心臓の音が君の耳に届いてまわないか心配になった。

コンビニを横目に、道を譲る遮断機に会釈して、僕らはバスに乗った。

辺りの暗くなったバス停は、仕事を終えた人々で混雑していて、彼女がいつも帰る道は、僕にとって全て初めてだった。

彼女の家の最寄り駅に着いたのは夜の七時を回っていて、いつの間にか雨は止んでいた。

僕らをひとつにした傘はその役目を果たしてくれた。

それでも前を歩く彼女の肩は雨水でびしょびしょだった。

「送ってくれてありがとう」

「ううん、風邪引かないように気をつけてね」

暗闇の中でも、街灯に照らされた彼女の笑顔はとても綺麗だった。

じゃあね。と彼女に背を向けて歩き出した。

「待って......!  」



振り返った僕の胸に、彼女は飛び込んできた。



思わず僕は固まった。ほんのり香るシャンプーが、僕の鼻を刺激して、今まで僕らの間に存在していた距離が、無くなった。

照れ気味に、抱きしめ返した彼女の体は少し冷たくて、少し震えているのがわかった。

ゆっくりと離れた彼女の頬が少し赤いことを、街灯は知らせてくれた。

少し照れた表情で再び見せた結衣さんの笑顔は、とても愛おしく思えた。

「また明日 」

彼女が家に入るその時まで見届けた僕は、軽い足取りで歩き始めた。

一人で歩く帰り道を、月光は明るく照らしてくれた。

家に着くまでの間、頭の中で色んな妄想と喜びが爆発して、それが顔に出ていないかとても心配になった。

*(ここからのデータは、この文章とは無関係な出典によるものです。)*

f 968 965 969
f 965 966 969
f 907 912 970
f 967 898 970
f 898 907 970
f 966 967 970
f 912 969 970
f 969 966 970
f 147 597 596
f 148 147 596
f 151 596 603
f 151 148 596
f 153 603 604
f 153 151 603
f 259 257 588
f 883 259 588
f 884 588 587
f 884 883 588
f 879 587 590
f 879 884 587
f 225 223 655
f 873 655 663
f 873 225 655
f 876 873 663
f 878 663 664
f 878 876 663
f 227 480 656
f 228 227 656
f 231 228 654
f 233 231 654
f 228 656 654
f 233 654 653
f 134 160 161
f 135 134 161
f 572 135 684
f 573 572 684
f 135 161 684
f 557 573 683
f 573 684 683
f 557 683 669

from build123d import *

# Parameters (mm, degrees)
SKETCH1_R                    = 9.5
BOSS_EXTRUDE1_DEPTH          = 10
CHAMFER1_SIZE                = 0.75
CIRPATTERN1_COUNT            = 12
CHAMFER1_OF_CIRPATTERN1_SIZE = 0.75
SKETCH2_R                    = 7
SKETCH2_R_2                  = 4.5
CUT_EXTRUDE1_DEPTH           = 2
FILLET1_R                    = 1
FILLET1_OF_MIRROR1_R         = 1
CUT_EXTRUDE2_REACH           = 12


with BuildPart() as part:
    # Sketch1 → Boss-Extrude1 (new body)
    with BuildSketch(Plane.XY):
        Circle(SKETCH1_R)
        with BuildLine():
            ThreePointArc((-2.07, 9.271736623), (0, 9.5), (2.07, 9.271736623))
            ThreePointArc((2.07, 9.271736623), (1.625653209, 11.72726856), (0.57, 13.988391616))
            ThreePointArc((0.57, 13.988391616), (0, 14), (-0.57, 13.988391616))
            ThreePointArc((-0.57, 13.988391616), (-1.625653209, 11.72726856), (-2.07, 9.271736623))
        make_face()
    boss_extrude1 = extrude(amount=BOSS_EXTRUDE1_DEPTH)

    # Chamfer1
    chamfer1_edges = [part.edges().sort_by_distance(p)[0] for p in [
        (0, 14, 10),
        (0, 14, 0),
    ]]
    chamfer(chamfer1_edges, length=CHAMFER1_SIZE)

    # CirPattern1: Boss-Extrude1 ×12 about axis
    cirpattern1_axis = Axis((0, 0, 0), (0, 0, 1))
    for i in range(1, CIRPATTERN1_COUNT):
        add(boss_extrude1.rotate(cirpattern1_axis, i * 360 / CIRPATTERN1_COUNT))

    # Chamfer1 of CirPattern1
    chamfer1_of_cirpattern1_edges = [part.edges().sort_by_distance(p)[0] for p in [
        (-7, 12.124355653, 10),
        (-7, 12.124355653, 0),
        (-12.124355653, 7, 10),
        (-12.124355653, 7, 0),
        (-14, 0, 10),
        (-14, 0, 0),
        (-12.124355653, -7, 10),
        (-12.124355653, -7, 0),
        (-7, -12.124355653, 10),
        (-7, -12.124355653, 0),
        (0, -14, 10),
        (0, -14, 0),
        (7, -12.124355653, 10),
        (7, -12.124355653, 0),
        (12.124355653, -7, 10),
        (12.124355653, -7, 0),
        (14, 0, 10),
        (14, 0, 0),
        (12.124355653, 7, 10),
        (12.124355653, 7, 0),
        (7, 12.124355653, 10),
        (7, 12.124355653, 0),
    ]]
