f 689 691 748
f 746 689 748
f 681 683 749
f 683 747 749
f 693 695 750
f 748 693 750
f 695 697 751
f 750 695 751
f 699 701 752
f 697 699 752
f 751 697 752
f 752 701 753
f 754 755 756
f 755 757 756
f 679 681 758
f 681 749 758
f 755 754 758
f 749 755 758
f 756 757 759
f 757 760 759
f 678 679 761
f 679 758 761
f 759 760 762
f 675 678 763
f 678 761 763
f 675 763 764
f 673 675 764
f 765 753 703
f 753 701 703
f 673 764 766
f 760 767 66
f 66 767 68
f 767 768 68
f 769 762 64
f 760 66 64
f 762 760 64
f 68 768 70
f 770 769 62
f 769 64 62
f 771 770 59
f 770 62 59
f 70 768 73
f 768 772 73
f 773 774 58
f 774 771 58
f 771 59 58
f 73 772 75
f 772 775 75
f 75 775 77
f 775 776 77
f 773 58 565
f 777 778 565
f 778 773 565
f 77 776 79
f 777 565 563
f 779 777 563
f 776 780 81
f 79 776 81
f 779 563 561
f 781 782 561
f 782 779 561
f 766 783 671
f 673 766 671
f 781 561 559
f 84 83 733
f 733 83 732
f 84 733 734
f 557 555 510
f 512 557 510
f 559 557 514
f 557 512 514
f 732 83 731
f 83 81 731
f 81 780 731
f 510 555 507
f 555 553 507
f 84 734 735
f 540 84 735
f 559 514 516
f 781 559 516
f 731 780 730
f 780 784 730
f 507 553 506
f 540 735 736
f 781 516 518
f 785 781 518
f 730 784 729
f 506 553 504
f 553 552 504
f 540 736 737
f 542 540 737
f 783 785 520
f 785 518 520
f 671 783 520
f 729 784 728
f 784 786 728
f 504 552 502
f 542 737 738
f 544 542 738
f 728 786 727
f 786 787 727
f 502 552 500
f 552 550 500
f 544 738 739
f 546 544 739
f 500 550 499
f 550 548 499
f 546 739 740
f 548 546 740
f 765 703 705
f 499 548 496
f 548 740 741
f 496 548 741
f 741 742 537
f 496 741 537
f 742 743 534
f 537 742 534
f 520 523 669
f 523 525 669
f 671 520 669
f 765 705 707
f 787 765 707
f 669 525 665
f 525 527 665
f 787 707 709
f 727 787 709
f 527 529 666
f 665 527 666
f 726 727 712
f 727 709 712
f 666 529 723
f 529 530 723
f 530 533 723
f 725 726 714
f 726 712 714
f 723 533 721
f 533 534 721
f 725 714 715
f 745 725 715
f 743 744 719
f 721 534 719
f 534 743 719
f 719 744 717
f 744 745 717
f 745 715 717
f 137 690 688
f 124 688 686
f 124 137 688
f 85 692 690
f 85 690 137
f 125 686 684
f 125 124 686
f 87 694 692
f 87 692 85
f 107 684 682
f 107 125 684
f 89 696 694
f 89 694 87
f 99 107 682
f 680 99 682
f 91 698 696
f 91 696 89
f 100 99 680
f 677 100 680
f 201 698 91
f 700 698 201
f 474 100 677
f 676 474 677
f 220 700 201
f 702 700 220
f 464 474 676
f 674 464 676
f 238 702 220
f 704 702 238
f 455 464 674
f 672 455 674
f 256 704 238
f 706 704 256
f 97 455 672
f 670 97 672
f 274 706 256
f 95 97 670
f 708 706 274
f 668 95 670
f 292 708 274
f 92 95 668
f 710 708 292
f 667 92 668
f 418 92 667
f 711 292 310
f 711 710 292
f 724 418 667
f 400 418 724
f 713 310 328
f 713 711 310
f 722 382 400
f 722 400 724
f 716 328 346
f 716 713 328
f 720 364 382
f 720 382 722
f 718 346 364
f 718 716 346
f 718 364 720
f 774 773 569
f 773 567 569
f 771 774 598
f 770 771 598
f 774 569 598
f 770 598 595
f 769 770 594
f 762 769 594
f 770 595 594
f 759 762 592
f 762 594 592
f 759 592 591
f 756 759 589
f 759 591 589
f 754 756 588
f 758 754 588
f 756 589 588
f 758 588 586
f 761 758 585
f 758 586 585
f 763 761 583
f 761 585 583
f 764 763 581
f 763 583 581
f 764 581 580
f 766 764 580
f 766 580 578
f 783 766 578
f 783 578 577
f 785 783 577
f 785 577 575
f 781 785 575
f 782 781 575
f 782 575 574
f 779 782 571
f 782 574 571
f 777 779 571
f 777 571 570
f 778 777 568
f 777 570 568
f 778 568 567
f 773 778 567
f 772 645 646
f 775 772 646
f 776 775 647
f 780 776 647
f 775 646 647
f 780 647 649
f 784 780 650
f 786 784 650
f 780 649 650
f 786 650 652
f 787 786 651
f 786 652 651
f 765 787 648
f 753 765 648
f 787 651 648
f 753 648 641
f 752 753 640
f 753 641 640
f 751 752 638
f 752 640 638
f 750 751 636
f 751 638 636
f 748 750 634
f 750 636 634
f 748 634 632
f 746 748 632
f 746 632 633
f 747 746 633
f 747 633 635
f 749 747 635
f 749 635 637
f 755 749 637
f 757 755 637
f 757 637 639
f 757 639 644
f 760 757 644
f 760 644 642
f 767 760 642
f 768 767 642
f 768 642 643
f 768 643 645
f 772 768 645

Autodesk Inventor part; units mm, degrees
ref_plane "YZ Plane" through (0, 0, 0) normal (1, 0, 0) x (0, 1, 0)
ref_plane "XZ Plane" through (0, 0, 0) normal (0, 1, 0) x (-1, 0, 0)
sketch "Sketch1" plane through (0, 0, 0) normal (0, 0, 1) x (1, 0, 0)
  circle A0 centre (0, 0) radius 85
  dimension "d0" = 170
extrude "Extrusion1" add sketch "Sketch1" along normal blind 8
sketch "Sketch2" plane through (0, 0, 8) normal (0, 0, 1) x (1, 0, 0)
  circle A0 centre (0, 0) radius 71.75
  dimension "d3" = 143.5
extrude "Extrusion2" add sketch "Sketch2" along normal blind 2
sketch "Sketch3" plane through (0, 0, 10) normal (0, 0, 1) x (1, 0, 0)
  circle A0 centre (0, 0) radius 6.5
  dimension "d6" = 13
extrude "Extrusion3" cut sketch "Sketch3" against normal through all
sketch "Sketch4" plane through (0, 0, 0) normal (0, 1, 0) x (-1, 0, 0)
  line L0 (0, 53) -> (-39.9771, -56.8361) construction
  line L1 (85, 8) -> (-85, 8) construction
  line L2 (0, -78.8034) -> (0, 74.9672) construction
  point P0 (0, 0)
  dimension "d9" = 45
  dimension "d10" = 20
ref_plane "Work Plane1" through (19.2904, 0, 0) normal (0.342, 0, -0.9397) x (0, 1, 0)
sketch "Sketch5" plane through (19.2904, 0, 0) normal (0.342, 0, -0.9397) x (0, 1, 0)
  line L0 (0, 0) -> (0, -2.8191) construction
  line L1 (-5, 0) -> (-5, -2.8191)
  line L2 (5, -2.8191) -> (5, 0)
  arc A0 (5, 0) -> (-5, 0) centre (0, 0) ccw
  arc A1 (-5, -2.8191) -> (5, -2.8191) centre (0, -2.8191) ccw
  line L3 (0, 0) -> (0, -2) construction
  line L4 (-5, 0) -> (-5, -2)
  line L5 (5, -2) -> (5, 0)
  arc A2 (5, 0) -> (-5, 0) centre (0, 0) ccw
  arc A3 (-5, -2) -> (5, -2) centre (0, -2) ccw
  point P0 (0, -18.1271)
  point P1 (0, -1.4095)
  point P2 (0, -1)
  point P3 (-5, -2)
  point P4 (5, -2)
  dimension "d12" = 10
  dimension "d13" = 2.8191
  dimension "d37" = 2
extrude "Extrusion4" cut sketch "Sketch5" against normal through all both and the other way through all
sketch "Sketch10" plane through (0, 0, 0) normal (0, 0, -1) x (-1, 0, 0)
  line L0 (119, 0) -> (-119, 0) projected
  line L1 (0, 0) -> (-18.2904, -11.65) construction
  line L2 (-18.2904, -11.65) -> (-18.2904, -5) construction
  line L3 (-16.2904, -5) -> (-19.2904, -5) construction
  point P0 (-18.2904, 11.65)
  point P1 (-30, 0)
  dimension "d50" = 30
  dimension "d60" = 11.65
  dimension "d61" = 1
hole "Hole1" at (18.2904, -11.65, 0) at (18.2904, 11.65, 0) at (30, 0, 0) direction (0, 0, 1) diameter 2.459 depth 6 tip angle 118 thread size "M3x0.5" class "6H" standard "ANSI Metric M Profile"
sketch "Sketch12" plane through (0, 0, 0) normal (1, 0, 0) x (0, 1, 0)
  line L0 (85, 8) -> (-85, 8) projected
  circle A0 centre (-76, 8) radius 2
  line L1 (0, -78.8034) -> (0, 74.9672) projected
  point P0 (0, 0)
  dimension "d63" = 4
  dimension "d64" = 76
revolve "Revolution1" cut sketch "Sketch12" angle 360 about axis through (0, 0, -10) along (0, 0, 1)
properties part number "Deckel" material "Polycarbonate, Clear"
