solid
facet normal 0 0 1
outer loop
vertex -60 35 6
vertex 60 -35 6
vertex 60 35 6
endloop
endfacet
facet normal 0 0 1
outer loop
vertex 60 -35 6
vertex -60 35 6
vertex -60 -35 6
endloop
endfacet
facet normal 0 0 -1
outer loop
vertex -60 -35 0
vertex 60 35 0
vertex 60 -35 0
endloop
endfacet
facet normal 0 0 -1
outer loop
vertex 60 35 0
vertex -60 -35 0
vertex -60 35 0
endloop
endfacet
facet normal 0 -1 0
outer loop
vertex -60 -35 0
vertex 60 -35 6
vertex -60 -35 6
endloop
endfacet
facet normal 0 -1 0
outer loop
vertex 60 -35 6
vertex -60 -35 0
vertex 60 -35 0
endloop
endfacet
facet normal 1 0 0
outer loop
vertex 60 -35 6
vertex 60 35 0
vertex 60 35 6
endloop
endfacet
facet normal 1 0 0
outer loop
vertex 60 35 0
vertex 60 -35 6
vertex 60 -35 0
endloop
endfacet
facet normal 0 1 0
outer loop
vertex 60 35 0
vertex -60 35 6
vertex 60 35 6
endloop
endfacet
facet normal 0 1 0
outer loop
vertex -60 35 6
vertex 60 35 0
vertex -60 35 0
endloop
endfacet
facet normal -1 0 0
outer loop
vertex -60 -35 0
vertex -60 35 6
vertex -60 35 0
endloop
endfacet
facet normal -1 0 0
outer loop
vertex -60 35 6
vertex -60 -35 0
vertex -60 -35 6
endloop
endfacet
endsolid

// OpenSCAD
// file: ../components/mounting-plate/mounting_plate.scad
// File: mounting_plate.scad
//   Project-specific mounting plate used by the reference assembly.
//
// FileSummary: Simple rectangular mounting surface.
//
// Module: mounting_plate()
// Usage:
//   mounting_plate();
// Description:
//   Creates the mounting plate centered in X/Y with its base at Z=0.
// Arguments:
//   width = Overall X dimension.
//   height = Overall Y dimension.
//   thickness = Plate thickness.
MOUNTING_PLATE_WIDTH = 120;
MOUNTING_PLATE_HEIGHT = 70;
MOUNTING_PLATE_THICKNESS = 6;


// Function: mounting_plate_thickness()
// Usage:
//   thickness = mounting_plate_thickness();
// Description:
//   Returns the default mounting plate thickness for consumers that import
//   this file with `use`.
function mounting_plate_thickness() = MOUNTING_PLATE_THICKNESS;

module mounting_plate(
    width = MOUNTING_PLATE_WIDTH,
    height = MOUNTING_PLATE_HEIGHT,
    thickness = MOUNTING_PLATE_THICKNESS
) {
    translate([-width / 2, -height / 2, 0])
        cube([width, height, thickness]);
}

// Module: mounting_plate_design()
// Usage:
//   mounting_plate_design("base");
//   mounting_plate_design("final");
// Description:
//   Documentation-oriented views for the mounting plate.
// Arguments:
//   view = Named design-documentation view.
module mounting_plate_design(view = "final") {
    if (view == "base")
        color([1, 0, 0, 0.55]) mounting_plate();
    else
        mounting_plate();
}
// main file
// Stable build entrypoint for the standalone mounting plate.
use <../components/mounting-plate/mounting_plate.scad>

mounting_plate();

寝る前に結衣さんからのLINEが来ていることに気づいた。


「......ありがとう。 
こちらこそ、大好きです」


とだけ送信して、思わず笑みがこぼれた。


ずっと夢を見ていたような気分だった。

今日一日のことが、僕の頭の中にしっかりと記憶されたことを確認して、僕は眠い目を閉じた。